NY allows stadiums to reopen for sports, entertainment

Cuomo said major stadiums and arenas with a capacity of 10,000 people or more can reopen with limited spectators starting Feb. 23.

The Nets and and Knicks are among about a dozen of the 30 NBA teams that are allowing some fans to attend games, according to the league’s website. It’s unclear how many states allow thousands to attend indoor concerts.

A New York Yankees spokesperson called Cuomo’s announcement an “encouraging first step.”

But CUNY School of Public Health epidemiology professor Denis Nash said New York’s approach lacks a scientific basis when “community prevalence is very high.” He and other public health experts interviewed by The Associated Press pointed to evidence that COVID-19 spreads more easily indoors and questioned why New York’s policy includes indoor stadiums, which raises the risk of people sitting near others who may be cheering or taking masks off while eating.

“To think about bringing people into large groups and mass gatherings including in indoors arenas, right now, seems cross-purposes with our efforts to really maximize the impact that the vaccine roll out will have in controlling the pandemic,” Nash, the executive director for CUNY Institute for Implementation Science in Population Health, said.

The number of new infections in New York is dropping but remains much higher than most states per capita: nearly 62,000 people have tested positive for COVID-19 in the last seven days — a rate last seen in early December.

At least 1,000 people with COVID-19 have died in nursing homes and hospitals each week since early January.

And New York has the nation’s highest rate of COVID-19 hospitalizations per capita: 7,593 patients as of Tuesday, down from nearly 9,300 in mid-January.

Eli Rosenberg, professor of epidemiology and biostatistics at University at Albany School of Public Health, said he’s worried about ensuring venues are following rules, and whether the shift would suggest New York is “out of the woods.”

“We’re still at a very severe point, even if the trajectory is good,” Rosenberg said.

Still, Cuomo and his aides have compared signs of lessening spread, following the winter surge, to mid-May, when his administration began lifting restrictions.

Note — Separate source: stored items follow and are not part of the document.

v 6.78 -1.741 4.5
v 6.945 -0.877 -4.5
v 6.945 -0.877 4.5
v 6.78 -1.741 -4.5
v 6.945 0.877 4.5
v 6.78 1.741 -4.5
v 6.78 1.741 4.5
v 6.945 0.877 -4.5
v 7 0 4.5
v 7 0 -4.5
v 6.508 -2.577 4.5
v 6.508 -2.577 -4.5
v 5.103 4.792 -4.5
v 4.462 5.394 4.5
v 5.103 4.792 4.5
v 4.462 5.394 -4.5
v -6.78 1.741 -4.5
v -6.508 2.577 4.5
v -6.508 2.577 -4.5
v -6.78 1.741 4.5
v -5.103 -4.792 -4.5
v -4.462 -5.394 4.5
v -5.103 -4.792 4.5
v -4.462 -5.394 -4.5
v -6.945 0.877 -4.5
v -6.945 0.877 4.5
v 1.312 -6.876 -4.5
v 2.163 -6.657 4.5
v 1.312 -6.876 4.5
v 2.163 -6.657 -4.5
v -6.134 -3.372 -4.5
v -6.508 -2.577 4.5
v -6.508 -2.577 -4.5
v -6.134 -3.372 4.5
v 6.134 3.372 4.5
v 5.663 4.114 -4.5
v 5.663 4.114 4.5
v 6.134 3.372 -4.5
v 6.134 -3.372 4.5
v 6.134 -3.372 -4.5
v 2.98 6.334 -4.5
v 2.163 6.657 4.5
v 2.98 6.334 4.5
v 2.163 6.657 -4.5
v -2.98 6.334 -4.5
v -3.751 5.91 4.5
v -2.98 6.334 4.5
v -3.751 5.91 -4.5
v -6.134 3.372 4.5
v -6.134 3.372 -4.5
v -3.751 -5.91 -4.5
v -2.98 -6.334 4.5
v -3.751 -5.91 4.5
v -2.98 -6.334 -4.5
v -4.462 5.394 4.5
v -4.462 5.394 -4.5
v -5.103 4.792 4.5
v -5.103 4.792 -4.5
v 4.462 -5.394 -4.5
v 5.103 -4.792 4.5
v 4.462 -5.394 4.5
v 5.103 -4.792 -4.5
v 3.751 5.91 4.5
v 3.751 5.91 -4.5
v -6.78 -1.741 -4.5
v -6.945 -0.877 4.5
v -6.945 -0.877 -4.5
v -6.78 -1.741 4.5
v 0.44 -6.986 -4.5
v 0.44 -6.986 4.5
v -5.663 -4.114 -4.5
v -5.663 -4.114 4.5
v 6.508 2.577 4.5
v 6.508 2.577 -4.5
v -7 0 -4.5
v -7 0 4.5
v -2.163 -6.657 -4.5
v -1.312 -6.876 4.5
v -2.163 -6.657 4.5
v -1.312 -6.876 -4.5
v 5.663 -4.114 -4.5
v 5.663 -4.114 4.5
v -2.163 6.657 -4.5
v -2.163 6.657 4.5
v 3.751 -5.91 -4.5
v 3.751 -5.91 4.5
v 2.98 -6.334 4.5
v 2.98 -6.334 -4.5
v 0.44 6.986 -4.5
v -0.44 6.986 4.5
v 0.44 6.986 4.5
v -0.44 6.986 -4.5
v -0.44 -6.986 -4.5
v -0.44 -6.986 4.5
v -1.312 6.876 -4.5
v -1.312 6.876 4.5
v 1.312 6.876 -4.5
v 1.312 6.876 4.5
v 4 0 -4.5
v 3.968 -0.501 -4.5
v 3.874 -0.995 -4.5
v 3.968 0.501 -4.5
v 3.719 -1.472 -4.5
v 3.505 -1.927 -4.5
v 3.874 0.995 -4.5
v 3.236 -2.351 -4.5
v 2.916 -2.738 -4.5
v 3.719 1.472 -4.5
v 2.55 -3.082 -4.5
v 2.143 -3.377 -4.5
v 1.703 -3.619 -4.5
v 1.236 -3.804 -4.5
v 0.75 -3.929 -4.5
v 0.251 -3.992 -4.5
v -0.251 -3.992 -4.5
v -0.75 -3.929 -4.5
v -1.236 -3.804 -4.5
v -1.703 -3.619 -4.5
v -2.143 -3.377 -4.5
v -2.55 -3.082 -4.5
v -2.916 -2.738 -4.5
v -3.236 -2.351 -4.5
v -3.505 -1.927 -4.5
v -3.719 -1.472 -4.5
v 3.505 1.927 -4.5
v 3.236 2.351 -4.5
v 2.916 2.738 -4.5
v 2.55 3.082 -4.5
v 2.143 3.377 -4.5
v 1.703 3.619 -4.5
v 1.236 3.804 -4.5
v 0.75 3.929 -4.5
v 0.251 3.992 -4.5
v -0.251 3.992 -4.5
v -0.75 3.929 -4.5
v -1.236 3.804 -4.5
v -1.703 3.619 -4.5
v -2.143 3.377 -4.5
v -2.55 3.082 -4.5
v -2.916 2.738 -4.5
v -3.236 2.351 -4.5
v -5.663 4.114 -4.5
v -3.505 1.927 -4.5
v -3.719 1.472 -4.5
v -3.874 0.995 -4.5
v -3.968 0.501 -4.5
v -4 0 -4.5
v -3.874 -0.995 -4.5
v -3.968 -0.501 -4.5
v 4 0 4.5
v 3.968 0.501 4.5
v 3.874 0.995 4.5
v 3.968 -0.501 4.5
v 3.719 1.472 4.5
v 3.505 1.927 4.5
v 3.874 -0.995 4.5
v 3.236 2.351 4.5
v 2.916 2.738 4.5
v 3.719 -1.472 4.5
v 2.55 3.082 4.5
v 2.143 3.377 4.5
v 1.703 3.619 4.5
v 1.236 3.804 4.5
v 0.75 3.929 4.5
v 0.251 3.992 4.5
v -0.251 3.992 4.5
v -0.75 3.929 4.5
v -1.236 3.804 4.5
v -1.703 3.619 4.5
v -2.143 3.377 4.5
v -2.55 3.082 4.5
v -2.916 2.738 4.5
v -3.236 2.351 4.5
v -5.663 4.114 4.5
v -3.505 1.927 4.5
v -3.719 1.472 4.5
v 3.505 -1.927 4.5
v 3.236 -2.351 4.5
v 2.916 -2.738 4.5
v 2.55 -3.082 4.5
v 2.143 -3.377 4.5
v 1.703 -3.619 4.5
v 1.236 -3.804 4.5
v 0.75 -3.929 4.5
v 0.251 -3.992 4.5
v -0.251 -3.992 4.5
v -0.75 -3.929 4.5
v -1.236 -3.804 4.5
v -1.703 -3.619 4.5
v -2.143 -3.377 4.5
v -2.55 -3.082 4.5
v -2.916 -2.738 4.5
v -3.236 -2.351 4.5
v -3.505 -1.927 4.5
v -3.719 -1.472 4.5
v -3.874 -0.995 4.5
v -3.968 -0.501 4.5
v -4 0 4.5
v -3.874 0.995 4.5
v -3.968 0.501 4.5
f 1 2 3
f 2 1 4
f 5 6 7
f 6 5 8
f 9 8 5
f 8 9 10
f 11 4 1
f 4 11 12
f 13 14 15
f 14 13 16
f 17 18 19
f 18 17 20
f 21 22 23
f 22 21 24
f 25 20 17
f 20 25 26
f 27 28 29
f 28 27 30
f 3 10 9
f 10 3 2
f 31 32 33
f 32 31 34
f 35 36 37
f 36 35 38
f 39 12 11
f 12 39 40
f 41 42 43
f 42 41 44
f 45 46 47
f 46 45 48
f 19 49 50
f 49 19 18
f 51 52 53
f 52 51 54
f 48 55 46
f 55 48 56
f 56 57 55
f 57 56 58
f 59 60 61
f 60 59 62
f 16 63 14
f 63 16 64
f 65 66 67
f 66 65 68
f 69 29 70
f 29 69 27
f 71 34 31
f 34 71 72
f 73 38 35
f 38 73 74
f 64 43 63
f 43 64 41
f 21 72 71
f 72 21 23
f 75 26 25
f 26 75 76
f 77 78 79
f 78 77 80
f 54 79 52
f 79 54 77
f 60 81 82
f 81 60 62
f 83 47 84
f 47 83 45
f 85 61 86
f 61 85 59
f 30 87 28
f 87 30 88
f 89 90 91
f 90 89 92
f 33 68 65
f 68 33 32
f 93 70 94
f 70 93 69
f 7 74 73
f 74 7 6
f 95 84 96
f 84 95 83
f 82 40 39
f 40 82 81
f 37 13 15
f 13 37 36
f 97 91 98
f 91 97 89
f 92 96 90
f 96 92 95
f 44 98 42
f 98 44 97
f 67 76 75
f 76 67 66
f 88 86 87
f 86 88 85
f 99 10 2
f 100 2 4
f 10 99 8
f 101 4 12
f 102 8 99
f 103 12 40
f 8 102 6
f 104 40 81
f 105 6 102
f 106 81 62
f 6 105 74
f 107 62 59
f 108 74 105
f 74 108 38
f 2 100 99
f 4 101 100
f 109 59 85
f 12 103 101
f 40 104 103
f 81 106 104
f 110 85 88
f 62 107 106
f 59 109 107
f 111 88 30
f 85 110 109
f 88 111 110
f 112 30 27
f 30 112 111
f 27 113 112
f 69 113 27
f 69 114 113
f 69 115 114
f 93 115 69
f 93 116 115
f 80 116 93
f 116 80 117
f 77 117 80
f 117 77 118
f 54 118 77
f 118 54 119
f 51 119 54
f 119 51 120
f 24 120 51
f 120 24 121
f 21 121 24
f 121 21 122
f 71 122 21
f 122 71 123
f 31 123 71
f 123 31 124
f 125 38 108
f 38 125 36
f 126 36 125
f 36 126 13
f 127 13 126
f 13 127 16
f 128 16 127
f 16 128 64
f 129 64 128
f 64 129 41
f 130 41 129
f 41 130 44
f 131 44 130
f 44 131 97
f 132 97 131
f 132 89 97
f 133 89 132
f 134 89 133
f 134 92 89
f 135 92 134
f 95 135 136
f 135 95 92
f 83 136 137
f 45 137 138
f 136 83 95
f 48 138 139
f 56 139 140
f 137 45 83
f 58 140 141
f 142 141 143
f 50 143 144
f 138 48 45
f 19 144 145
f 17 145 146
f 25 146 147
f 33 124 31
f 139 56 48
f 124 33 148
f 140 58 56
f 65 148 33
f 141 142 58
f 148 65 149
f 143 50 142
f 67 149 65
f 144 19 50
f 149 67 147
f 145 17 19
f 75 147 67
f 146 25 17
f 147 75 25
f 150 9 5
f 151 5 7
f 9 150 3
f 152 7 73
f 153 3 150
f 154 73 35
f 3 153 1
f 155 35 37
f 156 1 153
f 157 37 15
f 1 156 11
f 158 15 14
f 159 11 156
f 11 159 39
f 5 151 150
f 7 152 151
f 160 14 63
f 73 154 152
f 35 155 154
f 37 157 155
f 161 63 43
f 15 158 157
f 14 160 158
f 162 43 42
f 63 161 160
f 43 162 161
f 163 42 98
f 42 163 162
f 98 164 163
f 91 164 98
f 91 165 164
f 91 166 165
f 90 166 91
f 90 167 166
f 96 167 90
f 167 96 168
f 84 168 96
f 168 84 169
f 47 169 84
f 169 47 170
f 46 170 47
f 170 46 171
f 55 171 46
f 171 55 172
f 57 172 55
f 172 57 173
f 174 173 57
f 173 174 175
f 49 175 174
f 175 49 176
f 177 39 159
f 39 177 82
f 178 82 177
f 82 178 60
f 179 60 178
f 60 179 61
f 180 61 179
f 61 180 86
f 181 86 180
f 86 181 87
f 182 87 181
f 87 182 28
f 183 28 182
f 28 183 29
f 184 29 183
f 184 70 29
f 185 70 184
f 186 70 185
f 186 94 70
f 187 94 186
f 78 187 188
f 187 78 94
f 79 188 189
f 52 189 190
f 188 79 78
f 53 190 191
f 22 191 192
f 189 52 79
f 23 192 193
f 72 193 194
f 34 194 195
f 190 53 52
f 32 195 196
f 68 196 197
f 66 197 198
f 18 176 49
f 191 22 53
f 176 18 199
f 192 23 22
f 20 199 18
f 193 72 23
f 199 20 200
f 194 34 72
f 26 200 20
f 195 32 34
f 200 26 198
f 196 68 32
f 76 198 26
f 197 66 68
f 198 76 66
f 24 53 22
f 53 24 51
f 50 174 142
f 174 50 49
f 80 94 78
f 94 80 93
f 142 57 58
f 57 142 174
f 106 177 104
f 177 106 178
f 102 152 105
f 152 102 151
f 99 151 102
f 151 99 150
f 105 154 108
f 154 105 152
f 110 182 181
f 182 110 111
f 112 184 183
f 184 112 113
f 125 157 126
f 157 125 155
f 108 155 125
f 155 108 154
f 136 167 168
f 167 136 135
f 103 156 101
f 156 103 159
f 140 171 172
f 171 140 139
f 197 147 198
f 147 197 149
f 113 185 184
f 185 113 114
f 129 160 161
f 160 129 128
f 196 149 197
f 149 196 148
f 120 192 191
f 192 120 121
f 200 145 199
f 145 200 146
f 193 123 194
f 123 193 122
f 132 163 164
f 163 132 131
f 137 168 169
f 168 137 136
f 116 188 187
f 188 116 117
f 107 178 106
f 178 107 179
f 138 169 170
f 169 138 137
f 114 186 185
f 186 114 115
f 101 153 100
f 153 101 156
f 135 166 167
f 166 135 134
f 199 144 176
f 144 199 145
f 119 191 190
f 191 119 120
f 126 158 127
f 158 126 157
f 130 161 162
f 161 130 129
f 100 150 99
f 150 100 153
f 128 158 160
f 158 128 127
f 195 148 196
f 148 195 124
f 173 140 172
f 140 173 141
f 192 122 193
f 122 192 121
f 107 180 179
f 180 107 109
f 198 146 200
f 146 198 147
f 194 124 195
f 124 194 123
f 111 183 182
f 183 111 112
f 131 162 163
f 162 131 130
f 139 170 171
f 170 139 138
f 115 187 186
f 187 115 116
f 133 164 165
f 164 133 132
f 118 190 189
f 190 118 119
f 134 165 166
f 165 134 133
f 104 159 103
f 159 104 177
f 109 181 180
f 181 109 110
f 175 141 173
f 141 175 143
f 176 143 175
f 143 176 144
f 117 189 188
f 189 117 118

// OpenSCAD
$fn = 50;


difference() {
	union() {
		translate(v = [0, 0, -4.5000000000]) {
			cylinder(h = 9, r = 7.0000000000);
		}
	}
	union() {
		translate(v = [0, 0, -100.0000000000]) {
			cylinder(h = 200, r = 4.0000000000);
		}
	}
}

“Live sports and entertainment have long been engrained in the fabric of New York and the inability to hold events has only added to the isolation we have all felt at the hands of this virus,” Cuomo said.

Stadiums must mandate face coverings, social distancing and temperature checks, on top of assigning “socially distanced” seating and meeting air filtration and purification standards.

Cuomo said all staff and spectators must receive a negative laboratory test within 72 hours of the event. Cuomo aide Gareth Rhodes said 82% of tests in New York are coming back within 48 hours.

Still, that leaves open the possibility of people who recently caught COVID-19 testing negative one day but still being able to transmit the virus on game day, according to Scott Weisenberg, infectious diseases specialist and director of the travel medicine program at NYU Langone Health.

Cuomo touted his pilot program that allowed nearly 6,800 Buffalo Bills fans to watch two playoff games in-person in the outdoors stadium after testing negative for COVID-19.

“We’ve had virtually no cases of spread from that game,” Cuomo claimed Jan. 29.

Still, Cuomo hasn’t responded to the AP’s repeated requests for evidence of that assertion.

The Department of Health had planned to cross-check the list of attendees with the list of people who tested positive in New York in the following two weeks, but state health officials said they weren’t able to track about 281 out-of-state fans who attended the first game.